[LISTED ENTRIES]

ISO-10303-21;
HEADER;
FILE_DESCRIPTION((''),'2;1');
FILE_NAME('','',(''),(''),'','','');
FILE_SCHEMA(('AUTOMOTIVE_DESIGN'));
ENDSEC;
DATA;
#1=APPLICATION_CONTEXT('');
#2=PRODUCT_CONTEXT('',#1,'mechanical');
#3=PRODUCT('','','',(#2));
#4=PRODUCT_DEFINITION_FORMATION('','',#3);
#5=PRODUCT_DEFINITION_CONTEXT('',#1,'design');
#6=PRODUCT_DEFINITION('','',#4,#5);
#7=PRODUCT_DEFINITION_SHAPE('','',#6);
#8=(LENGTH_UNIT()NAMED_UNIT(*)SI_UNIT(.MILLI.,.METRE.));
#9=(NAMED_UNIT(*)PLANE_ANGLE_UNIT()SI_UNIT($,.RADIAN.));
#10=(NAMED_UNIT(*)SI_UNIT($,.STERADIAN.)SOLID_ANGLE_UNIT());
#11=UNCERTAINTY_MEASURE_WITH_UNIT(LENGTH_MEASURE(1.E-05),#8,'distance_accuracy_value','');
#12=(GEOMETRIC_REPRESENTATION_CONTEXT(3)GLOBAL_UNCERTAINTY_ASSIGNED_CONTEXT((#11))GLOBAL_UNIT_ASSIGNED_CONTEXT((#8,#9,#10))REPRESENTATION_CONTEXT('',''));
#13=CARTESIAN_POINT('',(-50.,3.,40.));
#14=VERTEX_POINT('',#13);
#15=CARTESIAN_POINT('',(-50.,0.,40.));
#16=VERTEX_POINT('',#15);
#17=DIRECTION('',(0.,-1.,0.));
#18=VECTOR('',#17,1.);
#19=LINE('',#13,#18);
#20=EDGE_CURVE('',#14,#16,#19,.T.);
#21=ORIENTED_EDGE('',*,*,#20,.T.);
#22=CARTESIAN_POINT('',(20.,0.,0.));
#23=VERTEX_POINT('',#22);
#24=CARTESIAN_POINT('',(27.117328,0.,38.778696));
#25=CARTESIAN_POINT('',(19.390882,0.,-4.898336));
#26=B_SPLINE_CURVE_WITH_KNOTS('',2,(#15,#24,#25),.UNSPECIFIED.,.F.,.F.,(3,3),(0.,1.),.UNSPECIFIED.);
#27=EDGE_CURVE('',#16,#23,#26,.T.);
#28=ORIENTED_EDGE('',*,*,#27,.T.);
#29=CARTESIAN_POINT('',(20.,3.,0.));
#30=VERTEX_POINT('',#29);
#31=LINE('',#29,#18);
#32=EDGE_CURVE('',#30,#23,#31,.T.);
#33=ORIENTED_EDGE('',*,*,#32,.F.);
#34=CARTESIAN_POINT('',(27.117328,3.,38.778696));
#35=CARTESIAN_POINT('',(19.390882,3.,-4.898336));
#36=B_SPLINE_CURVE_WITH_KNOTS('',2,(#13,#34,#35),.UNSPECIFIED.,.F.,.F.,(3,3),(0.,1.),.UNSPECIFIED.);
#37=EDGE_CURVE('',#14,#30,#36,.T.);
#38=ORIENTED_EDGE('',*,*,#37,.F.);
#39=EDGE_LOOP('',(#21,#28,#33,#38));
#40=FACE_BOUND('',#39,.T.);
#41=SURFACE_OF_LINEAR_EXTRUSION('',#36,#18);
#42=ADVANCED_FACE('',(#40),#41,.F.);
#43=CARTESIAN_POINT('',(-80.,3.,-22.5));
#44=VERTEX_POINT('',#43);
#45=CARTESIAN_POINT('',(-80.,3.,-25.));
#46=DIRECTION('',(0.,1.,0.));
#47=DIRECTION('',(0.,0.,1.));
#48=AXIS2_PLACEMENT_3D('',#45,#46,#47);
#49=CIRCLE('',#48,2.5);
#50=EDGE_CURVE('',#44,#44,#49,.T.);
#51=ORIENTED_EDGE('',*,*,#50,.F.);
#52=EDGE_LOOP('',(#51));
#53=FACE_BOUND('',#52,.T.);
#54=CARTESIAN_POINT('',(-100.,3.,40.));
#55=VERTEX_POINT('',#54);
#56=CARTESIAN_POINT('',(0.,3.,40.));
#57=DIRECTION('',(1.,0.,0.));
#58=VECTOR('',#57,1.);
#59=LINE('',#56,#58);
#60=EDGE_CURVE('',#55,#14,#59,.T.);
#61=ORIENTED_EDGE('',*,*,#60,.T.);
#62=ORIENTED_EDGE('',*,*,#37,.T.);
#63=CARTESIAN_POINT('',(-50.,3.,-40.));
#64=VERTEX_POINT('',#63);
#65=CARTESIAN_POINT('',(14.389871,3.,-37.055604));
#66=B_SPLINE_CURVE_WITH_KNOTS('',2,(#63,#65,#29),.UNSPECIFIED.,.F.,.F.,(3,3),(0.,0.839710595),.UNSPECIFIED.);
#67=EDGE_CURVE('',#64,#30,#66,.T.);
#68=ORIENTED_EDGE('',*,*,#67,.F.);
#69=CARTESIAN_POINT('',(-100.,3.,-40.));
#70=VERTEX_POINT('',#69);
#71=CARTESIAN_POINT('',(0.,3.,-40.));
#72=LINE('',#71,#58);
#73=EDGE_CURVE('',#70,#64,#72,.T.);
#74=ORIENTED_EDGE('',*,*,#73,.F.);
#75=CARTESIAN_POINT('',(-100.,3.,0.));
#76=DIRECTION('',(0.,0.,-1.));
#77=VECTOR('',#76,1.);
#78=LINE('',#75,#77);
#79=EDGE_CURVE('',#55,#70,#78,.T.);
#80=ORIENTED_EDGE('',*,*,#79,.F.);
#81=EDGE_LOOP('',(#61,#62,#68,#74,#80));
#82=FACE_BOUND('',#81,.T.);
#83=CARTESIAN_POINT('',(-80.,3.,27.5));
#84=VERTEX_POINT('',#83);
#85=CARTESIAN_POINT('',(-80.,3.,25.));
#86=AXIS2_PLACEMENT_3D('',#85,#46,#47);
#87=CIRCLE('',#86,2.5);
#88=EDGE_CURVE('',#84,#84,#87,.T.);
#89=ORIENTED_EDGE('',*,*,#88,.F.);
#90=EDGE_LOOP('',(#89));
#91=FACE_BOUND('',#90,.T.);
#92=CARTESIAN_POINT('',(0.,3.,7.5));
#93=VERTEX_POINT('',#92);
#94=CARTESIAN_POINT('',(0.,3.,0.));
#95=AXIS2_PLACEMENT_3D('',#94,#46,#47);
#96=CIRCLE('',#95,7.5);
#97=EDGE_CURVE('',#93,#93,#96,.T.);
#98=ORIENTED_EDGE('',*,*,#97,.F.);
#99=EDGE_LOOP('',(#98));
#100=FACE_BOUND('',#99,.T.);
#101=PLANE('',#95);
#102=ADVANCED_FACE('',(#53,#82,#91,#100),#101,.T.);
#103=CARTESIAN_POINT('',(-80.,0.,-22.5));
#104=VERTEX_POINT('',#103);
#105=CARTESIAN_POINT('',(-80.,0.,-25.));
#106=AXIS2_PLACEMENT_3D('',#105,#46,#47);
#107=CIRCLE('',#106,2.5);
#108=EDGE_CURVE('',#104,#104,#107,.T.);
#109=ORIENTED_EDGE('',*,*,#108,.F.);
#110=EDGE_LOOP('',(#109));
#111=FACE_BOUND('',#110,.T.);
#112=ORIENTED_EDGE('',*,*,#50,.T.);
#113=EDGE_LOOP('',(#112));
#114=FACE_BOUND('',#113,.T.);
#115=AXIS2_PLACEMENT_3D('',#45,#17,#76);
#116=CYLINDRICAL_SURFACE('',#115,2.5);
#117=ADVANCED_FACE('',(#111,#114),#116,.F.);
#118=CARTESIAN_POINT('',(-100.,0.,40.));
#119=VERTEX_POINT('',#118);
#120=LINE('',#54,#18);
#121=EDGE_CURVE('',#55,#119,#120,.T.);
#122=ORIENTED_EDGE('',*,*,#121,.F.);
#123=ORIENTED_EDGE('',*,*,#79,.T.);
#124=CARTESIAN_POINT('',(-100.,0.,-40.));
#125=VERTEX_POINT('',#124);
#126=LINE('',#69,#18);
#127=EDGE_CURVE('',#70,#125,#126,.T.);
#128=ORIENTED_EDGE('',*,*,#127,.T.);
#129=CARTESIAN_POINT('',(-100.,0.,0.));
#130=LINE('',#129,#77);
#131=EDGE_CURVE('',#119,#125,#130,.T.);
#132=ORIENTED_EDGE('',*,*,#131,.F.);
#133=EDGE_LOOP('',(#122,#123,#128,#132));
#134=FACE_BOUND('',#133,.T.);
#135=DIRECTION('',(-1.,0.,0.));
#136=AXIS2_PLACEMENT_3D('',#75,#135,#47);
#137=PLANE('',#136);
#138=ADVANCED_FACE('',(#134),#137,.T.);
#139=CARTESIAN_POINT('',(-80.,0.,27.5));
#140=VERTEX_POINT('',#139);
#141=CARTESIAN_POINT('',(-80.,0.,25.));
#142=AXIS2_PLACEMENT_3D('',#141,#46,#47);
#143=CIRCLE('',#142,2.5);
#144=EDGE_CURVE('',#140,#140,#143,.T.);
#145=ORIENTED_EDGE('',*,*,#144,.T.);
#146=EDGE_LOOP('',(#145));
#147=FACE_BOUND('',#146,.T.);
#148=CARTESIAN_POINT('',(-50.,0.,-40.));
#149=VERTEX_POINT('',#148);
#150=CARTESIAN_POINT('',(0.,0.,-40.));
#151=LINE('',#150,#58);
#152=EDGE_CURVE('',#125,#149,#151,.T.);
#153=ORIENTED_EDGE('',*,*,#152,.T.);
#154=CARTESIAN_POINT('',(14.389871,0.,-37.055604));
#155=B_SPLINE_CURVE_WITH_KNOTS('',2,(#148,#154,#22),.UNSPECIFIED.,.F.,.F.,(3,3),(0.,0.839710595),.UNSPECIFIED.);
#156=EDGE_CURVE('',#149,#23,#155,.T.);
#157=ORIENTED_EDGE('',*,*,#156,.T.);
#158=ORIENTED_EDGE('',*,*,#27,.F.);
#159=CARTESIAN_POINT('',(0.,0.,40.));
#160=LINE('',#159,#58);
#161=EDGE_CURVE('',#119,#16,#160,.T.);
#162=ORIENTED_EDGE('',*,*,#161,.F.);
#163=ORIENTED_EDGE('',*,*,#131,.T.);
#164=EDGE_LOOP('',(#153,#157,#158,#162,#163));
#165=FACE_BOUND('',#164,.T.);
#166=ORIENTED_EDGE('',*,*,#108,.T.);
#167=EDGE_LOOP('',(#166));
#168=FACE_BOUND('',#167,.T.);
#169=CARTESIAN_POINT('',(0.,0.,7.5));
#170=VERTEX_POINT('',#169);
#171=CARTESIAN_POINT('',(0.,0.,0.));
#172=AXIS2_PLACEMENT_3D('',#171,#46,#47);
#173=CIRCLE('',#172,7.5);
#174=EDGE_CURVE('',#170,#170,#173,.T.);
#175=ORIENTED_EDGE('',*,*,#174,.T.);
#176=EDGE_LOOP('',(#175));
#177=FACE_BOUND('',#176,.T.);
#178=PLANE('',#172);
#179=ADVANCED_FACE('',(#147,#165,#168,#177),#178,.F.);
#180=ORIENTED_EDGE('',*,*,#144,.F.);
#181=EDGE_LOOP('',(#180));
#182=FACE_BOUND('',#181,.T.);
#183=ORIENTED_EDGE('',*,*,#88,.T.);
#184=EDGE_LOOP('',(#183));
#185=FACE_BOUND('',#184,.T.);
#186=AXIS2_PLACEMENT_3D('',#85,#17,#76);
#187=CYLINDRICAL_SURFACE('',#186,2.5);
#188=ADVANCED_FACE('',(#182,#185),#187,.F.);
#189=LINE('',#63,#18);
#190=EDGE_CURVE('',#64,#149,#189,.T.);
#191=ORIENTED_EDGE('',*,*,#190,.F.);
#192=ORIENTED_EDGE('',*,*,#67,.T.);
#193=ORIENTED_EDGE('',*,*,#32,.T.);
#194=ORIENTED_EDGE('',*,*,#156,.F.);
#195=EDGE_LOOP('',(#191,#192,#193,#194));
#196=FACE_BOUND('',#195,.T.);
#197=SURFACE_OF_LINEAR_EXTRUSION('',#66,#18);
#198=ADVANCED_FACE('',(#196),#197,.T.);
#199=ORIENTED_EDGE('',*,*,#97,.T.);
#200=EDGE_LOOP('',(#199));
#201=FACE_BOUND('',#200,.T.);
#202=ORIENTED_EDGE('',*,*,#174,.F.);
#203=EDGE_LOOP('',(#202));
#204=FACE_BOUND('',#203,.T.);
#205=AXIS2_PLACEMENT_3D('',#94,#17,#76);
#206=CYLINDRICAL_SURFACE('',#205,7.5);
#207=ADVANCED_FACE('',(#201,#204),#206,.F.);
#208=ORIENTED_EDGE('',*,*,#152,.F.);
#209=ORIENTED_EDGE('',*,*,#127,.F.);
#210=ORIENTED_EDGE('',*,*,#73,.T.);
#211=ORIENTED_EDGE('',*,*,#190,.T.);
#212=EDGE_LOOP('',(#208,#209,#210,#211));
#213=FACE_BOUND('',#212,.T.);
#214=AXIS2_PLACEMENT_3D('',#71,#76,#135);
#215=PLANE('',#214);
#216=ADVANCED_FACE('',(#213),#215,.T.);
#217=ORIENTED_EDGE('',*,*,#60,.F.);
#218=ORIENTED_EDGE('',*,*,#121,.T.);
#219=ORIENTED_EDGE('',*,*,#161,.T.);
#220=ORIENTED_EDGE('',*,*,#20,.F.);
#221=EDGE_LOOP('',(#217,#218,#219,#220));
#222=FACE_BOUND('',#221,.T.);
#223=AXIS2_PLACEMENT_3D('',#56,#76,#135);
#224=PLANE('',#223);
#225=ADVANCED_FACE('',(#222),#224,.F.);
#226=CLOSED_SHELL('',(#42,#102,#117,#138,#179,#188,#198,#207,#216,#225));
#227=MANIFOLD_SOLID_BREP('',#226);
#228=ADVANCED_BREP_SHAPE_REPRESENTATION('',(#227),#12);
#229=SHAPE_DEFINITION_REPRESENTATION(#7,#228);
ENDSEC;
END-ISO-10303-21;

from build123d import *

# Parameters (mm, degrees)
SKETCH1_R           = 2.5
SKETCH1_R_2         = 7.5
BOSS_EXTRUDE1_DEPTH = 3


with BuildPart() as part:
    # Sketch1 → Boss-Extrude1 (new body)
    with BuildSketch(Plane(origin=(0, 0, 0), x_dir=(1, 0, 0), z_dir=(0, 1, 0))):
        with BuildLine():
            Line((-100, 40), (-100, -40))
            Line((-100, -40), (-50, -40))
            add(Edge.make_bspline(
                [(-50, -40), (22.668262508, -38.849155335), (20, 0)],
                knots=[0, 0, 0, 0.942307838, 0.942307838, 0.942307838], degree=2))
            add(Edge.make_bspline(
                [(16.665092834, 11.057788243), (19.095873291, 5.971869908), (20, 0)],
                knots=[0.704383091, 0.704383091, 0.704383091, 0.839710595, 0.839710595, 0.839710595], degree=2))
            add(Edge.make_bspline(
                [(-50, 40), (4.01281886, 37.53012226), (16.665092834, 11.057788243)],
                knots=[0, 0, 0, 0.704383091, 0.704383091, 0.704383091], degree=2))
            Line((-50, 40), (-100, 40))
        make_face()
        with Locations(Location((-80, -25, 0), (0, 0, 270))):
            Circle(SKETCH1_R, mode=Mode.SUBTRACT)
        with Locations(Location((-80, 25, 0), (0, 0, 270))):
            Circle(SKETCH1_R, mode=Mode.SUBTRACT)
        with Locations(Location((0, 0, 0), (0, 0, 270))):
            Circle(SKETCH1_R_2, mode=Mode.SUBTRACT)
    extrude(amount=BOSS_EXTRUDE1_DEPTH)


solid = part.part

---

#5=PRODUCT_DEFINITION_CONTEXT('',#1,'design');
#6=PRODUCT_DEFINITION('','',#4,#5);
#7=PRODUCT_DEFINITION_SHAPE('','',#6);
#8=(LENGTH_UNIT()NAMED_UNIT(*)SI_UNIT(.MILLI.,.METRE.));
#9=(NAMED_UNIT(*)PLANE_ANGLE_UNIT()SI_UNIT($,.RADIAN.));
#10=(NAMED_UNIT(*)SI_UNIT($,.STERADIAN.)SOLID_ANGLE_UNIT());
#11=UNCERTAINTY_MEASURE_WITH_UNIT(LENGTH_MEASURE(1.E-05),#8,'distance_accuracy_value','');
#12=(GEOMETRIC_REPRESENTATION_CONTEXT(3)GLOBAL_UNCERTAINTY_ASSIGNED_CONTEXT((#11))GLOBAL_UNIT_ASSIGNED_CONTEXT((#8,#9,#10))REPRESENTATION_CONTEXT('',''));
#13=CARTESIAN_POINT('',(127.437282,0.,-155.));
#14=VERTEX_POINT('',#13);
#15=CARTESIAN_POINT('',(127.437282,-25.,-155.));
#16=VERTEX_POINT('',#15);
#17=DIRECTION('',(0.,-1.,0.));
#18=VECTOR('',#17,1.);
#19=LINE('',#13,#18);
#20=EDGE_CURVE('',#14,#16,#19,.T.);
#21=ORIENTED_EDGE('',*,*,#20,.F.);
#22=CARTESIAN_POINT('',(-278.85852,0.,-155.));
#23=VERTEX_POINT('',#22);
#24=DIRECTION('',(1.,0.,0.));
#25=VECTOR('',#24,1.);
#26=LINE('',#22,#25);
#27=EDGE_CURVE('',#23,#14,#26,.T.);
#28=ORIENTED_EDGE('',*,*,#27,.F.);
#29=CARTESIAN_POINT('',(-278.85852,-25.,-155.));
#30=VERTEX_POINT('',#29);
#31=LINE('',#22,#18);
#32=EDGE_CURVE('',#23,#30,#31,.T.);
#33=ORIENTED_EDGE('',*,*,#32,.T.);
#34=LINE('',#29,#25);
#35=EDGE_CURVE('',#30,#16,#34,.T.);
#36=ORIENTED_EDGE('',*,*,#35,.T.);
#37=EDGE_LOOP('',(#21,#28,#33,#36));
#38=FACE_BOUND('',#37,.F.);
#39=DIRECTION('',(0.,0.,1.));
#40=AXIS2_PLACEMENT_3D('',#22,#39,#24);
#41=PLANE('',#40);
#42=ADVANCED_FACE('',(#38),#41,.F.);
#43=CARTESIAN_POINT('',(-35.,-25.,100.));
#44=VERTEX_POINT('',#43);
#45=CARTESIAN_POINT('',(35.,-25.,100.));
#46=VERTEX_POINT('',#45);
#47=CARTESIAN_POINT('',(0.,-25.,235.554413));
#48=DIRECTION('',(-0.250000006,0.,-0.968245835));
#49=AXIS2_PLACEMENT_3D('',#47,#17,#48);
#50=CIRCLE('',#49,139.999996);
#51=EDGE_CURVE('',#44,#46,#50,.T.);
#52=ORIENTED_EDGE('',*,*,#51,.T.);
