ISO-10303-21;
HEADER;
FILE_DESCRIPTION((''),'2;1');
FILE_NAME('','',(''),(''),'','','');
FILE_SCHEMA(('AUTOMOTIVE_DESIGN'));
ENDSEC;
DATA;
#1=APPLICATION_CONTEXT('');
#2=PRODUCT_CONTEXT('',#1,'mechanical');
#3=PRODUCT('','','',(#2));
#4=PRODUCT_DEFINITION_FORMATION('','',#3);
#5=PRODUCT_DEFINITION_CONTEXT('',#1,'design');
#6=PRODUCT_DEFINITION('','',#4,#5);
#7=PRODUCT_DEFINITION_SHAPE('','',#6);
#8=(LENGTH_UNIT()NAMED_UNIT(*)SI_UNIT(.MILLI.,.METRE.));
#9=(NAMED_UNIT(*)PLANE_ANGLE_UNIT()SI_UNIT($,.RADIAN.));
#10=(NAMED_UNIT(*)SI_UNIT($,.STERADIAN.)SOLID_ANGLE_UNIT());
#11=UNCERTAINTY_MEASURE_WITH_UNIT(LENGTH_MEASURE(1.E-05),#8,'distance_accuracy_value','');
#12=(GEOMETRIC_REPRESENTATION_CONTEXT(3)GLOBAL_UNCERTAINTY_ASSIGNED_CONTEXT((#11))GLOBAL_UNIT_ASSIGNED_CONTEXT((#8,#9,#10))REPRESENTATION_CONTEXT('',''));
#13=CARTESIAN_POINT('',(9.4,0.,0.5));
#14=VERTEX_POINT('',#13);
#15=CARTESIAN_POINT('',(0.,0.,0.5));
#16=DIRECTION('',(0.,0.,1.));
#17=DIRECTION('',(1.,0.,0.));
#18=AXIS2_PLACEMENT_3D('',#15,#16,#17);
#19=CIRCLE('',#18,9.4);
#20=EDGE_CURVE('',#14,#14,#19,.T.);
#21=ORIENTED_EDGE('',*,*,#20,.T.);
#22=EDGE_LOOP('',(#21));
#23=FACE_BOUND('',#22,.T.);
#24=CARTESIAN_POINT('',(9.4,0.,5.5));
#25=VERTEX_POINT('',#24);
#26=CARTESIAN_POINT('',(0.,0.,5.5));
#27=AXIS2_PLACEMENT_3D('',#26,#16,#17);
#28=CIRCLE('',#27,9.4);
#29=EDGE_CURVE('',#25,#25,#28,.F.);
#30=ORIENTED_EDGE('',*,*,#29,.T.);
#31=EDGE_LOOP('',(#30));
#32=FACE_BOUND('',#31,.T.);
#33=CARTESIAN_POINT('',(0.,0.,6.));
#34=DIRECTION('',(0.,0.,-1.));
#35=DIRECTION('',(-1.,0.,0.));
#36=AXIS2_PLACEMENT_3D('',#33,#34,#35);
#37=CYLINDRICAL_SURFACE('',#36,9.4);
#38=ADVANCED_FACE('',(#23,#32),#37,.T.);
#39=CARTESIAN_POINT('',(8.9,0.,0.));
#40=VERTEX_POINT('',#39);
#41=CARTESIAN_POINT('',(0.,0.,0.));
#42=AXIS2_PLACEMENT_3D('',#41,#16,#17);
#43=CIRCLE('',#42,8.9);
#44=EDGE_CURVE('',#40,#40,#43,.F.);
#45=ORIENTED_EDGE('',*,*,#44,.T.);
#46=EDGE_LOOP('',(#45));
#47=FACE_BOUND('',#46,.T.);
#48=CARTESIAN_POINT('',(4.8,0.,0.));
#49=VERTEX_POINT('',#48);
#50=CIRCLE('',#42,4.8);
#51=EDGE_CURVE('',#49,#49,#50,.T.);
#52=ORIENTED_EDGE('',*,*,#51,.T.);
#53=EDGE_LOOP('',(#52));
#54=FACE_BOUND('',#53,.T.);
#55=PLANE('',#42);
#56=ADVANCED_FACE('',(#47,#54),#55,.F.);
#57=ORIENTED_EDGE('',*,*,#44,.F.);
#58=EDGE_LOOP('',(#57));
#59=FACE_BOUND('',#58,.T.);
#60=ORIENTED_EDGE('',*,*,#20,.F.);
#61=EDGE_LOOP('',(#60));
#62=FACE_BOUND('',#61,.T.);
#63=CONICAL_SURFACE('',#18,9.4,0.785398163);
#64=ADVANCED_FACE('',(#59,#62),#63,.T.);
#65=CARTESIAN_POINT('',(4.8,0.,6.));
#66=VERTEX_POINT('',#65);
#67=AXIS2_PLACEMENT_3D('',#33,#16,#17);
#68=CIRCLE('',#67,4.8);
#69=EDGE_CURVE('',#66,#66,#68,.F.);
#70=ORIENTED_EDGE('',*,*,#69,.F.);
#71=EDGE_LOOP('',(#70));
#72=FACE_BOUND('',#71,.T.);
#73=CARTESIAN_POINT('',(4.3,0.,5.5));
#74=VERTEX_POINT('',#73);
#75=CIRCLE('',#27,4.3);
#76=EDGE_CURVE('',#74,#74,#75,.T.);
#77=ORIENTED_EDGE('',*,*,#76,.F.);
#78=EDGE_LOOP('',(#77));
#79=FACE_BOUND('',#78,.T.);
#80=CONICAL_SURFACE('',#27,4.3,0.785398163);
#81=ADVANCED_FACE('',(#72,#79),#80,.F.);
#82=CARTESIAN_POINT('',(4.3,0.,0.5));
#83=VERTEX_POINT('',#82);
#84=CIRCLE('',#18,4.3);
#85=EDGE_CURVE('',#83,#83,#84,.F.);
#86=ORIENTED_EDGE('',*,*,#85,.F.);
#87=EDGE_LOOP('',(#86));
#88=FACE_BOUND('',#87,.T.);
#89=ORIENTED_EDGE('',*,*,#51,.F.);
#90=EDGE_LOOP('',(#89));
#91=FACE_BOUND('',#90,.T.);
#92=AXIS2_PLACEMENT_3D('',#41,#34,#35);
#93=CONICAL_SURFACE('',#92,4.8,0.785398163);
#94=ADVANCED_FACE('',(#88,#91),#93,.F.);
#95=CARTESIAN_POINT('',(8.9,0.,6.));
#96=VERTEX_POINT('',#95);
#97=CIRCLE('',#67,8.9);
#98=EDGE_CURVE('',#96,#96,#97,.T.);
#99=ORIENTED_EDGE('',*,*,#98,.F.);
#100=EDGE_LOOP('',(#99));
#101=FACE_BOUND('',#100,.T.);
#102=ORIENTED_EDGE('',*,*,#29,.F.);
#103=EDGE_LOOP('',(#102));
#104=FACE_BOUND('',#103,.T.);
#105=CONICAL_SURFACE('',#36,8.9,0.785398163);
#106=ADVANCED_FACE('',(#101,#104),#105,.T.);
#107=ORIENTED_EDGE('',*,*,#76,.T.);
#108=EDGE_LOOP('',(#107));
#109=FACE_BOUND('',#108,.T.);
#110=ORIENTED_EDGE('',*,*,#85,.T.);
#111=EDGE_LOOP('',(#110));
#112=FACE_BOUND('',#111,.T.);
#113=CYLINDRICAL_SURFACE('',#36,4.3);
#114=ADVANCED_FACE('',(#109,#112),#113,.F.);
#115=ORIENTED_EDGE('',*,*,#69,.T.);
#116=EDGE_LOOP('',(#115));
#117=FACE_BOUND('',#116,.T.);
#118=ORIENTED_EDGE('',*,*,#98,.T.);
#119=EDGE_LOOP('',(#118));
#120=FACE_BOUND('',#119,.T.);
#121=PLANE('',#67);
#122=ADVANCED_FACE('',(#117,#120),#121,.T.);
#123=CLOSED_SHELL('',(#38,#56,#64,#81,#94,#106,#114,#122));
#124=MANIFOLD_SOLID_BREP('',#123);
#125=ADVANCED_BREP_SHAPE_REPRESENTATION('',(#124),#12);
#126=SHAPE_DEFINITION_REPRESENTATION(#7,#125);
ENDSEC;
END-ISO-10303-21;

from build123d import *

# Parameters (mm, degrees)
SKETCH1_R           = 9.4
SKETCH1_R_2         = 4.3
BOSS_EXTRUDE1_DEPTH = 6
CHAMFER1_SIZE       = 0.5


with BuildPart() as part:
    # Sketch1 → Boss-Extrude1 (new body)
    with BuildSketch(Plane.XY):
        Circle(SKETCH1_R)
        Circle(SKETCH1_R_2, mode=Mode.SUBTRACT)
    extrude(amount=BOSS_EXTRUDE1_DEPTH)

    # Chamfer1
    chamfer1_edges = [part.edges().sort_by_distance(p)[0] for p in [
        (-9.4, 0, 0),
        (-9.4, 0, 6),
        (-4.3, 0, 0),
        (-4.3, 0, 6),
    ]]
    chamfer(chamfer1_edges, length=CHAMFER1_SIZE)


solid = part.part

[EXERCISE DESCRIPTION] Taking the lines above, repeat exactly those from the line that contains "#123=ORIENTED_EDGE('',*,*,#79,.T.);" through the line that contains "#129=CARTESIAN_POINT('',(-100.,0.,0.));", and both of those lines as well. Include nothing else.

[THE ANSWER]
#123=ORIENTED_EDGE('',*,*,#79,.T.);
#124=CARTESIAN_POINT('',(-100.,0.,-40.));
#125=VERTEX_POINT('',#124);
#126=LINE('',#69,#18);
#127=EDGE_CURVE('',#70,#125,#126,.T.);
#128=ORIENTED_EDGE('',*,*,#127,.T.);
#129=CARTESIAN_POINT('',(-100.,0.,0.));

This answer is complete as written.